Consider the aforementioned skeleton of a teenage male, found when erosion revealed a Norse Christian cemetery at Newark Bay on South Ronaldsay (one of the Orkney Islands). Radiocarbon dating can place the burial somewhere between 1218 and 1370, and DNA analysis demonstrates the presence of M. leprae. The team that found this genetic signature was primarily concerned with the scientific techniques used, the hypothetical evolution of the bacterium over time, and the burial practices associated with leprosy.
But this particular body produces its particular knowledge. To judge from the remains, “the disease is of long standing and must have been contracted in early childhood” (Taylor et al., 1136). The skeleton, especially the skull, indicates the damage done in a medical sense (“The bone has been destroyed…”), but also in the changes wrought to his appearance (“the profile has been greatly reduced”). A sizable lesion has penetrated through the hard palate all the way into the nasal cavity, possibly affecting breathing, speaking, and eating. This would also have been an omnipresent reminder of his illness, as would the several teeth he had probably lost (1135).
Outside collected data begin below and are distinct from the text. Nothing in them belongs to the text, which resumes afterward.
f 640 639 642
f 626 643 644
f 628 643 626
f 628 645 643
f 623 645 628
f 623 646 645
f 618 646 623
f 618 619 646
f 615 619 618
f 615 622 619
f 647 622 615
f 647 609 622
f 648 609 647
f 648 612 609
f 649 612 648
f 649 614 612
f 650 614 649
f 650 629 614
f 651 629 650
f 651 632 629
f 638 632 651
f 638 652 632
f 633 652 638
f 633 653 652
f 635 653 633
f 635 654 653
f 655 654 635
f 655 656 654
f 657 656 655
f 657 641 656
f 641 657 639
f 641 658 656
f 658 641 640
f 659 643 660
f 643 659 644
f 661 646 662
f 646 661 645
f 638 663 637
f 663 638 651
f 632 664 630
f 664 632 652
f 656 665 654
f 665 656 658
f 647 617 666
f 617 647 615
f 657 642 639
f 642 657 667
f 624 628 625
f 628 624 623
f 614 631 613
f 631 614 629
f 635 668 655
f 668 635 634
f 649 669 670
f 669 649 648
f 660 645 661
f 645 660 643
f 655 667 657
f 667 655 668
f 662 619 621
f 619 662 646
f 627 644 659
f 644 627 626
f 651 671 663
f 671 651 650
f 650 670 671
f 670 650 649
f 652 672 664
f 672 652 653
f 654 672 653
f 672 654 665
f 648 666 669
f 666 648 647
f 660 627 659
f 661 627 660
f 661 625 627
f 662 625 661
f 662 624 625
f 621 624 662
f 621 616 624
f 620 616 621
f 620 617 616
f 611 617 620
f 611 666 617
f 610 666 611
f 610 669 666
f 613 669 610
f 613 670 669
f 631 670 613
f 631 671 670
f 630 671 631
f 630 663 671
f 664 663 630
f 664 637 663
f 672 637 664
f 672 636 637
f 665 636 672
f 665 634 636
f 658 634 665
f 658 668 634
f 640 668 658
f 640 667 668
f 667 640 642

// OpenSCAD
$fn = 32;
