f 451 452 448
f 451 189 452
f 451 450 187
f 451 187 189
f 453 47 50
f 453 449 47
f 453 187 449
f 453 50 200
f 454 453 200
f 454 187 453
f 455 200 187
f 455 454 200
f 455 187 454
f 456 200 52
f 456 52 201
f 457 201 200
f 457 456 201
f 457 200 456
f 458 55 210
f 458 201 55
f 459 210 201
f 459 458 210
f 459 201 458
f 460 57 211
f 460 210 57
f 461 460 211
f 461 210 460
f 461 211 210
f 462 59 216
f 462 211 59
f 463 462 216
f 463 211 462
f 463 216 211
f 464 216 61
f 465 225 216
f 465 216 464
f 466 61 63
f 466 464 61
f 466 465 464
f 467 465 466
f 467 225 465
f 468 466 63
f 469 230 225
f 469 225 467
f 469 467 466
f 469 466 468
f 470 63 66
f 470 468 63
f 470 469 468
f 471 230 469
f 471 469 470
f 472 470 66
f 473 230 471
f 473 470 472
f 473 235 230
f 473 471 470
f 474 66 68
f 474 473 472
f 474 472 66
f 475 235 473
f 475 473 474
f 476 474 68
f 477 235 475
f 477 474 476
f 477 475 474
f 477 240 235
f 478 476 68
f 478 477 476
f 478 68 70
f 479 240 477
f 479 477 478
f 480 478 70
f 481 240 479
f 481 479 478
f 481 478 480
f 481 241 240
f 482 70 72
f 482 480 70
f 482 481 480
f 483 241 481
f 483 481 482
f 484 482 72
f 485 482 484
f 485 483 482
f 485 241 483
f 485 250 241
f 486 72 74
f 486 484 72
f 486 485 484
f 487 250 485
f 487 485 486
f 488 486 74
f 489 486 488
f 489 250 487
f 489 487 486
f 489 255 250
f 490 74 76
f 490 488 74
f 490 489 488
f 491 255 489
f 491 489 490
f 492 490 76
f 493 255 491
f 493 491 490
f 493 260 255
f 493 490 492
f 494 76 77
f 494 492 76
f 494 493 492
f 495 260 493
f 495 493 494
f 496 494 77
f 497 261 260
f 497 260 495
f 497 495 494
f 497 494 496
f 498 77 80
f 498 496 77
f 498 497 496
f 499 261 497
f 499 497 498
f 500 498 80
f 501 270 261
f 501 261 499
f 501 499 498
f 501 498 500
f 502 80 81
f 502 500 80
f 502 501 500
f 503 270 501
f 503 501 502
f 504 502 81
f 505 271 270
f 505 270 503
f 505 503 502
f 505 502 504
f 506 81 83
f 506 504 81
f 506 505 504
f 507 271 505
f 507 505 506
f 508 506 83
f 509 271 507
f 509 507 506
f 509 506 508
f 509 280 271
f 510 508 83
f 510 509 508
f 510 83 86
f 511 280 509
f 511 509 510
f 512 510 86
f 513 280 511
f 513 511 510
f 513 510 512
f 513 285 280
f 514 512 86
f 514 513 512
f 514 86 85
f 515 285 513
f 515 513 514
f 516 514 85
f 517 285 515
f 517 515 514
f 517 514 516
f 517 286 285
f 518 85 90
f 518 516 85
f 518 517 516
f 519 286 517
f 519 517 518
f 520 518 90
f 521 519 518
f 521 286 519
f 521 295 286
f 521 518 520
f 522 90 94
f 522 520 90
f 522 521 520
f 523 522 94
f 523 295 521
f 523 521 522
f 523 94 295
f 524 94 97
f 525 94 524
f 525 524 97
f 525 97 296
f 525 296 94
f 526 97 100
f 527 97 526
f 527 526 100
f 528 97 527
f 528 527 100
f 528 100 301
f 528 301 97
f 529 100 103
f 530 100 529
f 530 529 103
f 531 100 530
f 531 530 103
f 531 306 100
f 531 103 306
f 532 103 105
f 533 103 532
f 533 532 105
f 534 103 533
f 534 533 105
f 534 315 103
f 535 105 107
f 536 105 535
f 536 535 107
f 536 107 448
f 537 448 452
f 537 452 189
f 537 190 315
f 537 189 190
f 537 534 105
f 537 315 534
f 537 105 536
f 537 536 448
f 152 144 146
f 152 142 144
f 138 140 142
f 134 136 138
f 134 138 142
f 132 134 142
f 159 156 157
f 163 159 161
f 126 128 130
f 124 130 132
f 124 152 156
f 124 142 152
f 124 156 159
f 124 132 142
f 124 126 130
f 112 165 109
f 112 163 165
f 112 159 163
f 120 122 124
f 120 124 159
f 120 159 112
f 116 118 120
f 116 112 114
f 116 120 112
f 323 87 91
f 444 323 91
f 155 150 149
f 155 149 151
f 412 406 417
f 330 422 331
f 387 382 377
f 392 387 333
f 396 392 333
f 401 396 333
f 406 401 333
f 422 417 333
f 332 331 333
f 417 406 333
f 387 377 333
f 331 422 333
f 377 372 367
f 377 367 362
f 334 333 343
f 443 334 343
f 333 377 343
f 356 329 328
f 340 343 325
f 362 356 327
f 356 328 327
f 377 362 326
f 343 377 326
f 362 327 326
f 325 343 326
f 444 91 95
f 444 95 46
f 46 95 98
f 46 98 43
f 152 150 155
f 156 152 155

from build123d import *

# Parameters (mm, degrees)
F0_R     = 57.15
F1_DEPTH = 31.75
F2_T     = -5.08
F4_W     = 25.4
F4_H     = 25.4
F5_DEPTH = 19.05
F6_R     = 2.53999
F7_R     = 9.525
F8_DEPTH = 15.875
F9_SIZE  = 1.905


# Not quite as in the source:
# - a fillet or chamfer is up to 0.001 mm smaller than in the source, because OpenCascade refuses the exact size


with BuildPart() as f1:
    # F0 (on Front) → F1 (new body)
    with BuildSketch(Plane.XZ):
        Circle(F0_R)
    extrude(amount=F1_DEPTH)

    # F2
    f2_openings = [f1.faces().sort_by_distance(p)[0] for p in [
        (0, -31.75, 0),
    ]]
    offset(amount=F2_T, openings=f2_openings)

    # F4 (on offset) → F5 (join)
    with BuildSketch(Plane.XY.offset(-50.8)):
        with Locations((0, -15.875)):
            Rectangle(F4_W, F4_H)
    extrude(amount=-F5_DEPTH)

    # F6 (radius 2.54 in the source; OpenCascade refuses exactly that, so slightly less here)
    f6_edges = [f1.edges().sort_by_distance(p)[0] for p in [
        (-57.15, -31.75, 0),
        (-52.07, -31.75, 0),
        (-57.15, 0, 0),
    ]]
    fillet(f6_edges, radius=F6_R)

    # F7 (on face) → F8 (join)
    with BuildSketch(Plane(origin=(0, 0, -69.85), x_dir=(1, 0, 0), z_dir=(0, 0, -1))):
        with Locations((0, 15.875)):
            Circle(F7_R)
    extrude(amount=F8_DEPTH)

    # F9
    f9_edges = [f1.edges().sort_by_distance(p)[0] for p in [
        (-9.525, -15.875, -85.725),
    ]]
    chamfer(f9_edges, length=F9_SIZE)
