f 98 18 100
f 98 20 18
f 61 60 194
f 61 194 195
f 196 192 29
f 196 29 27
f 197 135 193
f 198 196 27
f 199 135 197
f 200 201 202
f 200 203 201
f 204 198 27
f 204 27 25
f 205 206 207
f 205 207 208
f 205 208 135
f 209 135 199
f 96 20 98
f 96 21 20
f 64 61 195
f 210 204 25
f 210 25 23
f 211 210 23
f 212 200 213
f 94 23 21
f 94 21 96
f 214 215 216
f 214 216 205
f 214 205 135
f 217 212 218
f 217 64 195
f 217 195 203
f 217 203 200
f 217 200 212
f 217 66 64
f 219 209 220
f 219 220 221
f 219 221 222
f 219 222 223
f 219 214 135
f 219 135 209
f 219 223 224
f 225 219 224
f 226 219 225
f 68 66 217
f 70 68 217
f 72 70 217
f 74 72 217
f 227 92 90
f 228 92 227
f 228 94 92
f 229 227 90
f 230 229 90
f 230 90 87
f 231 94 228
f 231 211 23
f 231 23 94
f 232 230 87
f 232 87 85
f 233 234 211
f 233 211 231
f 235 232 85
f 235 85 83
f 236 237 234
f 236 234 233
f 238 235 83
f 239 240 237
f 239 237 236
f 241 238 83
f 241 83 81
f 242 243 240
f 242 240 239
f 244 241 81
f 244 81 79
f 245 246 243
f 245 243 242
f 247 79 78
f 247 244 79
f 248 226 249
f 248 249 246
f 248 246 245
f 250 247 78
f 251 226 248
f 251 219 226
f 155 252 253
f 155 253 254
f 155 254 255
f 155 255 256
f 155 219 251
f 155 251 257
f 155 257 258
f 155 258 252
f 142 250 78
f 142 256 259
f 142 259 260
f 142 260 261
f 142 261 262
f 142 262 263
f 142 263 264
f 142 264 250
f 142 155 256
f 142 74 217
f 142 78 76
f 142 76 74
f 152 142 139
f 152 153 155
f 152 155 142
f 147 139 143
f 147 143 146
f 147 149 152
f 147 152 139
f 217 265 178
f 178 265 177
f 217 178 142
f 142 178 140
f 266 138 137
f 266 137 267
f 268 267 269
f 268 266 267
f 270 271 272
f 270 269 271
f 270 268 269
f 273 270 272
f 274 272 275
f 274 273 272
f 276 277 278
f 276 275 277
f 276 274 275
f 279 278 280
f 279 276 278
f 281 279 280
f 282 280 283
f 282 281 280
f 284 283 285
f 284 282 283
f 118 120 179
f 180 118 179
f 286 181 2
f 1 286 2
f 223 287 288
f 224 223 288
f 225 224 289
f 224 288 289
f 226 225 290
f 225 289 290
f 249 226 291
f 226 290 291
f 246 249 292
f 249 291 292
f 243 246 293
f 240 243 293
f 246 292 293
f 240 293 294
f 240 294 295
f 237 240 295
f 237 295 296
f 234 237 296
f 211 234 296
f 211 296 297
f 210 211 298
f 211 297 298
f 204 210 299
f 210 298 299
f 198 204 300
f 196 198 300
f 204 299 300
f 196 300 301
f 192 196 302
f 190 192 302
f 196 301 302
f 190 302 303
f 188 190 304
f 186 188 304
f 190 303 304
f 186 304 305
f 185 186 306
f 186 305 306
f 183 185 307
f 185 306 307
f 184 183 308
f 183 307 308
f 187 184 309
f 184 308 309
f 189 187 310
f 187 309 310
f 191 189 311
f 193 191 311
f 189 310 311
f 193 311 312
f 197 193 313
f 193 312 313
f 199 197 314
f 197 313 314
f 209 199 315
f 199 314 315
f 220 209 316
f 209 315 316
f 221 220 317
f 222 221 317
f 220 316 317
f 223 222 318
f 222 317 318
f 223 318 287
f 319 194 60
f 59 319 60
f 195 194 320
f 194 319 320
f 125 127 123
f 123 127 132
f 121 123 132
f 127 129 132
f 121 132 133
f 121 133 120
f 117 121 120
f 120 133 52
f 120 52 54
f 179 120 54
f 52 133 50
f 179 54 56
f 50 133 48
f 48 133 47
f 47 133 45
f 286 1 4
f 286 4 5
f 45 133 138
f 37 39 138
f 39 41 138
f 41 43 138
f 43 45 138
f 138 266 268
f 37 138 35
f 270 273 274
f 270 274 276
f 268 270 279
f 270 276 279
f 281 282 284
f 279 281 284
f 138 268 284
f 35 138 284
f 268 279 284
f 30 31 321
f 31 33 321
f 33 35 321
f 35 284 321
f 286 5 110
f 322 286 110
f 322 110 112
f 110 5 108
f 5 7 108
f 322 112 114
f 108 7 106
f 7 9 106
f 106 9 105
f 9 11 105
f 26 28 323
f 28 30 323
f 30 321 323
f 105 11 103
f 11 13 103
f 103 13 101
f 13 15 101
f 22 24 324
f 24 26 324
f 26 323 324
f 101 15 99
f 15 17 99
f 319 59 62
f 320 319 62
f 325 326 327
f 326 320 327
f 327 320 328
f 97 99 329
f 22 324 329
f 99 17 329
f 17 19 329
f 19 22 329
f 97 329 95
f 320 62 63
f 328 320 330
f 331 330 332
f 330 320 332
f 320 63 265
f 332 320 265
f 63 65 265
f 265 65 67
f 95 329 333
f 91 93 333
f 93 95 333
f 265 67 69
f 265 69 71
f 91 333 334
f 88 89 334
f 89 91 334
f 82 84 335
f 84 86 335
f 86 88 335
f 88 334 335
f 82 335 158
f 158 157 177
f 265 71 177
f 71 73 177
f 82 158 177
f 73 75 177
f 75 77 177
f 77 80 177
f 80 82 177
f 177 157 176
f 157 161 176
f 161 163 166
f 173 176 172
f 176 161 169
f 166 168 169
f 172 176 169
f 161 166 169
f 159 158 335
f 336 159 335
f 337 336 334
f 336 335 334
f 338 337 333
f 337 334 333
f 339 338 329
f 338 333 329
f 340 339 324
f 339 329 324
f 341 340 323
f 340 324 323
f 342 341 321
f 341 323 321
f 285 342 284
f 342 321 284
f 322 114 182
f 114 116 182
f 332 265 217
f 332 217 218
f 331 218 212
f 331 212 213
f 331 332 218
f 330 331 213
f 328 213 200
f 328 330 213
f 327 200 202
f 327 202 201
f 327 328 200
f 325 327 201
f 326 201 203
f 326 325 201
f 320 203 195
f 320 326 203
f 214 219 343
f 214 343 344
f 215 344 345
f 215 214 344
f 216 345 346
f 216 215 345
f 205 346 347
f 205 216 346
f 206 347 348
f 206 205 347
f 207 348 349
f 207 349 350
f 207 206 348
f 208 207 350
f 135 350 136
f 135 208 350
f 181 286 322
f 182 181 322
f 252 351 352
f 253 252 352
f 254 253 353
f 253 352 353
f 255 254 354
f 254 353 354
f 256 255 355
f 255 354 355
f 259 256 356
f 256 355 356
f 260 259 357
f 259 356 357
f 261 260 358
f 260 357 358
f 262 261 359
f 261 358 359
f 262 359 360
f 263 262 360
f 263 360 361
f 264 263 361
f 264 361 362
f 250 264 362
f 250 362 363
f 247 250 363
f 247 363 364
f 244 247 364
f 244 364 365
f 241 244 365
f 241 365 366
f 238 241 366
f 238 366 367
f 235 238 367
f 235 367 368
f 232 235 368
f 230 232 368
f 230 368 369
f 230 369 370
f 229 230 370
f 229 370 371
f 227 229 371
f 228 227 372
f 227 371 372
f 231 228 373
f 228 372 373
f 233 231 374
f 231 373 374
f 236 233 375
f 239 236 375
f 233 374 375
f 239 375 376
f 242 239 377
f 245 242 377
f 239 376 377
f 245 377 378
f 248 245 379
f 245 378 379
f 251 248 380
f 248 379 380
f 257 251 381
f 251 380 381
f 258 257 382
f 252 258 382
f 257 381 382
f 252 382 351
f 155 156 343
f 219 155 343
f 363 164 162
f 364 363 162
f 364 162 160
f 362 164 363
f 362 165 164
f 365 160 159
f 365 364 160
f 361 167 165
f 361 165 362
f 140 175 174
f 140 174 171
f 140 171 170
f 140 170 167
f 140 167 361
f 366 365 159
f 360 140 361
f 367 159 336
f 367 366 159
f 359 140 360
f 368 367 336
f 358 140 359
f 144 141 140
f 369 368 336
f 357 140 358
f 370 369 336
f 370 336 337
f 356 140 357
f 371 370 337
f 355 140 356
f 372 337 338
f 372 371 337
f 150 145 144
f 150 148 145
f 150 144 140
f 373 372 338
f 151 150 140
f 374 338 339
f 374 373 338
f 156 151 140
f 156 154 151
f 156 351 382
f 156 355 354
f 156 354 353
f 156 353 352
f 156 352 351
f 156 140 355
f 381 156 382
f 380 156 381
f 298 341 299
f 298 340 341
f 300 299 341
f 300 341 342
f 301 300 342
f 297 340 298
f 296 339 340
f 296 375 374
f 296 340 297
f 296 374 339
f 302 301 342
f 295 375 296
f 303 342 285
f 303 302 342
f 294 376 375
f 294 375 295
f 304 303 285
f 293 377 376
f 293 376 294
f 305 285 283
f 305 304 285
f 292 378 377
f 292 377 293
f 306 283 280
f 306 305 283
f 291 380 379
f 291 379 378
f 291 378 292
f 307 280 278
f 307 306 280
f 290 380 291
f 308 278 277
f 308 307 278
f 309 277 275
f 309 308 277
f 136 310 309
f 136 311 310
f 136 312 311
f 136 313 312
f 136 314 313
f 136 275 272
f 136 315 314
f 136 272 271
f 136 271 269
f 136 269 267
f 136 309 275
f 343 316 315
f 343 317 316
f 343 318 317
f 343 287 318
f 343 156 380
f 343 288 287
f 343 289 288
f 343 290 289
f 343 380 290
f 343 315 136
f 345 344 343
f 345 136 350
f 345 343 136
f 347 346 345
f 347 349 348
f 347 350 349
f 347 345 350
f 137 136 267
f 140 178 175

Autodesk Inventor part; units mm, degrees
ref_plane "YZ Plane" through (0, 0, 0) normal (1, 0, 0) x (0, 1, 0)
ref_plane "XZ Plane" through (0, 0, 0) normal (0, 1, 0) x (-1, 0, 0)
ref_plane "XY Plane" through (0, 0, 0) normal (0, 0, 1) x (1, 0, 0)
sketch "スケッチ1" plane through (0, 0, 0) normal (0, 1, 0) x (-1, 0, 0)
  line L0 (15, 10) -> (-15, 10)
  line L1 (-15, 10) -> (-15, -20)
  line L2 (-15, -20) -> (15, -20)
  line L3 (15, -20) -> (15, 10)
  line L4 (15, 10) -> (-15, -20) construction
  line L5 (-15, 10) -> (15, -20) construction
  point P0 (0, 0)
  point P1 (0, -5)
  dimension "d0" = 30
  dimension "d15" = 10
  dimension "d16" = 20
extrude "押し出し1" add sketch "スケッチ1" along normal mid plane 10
What if we went further? How might the relatively temperate, wet climate of the Orkneys have impacted this young man’s condition? What treatments were available for leprosy in the remote maritime communities of the medieval North Sea—and how would they interact with the symptoms caused by M. leprae? Social and cultural history could offer a sense of how these communities viewed leprosy; clinical understandings of Hansen’s Disease some idea of his physical sensations (pain—of what kind and duration? numbness? fatigue?). A forensic artist, with the assistance of contemporary symptomatology, might even conjure a semblance of the face and body our subject presented to the world. Of course, much of this would be conjecture, speculation, imagination—risks, in other words, but risks perhaps worth taking to restore a few tentative glimpses of the unique world of this young man, who, no less than Peter Bloodflower, was sick with an illness all his own.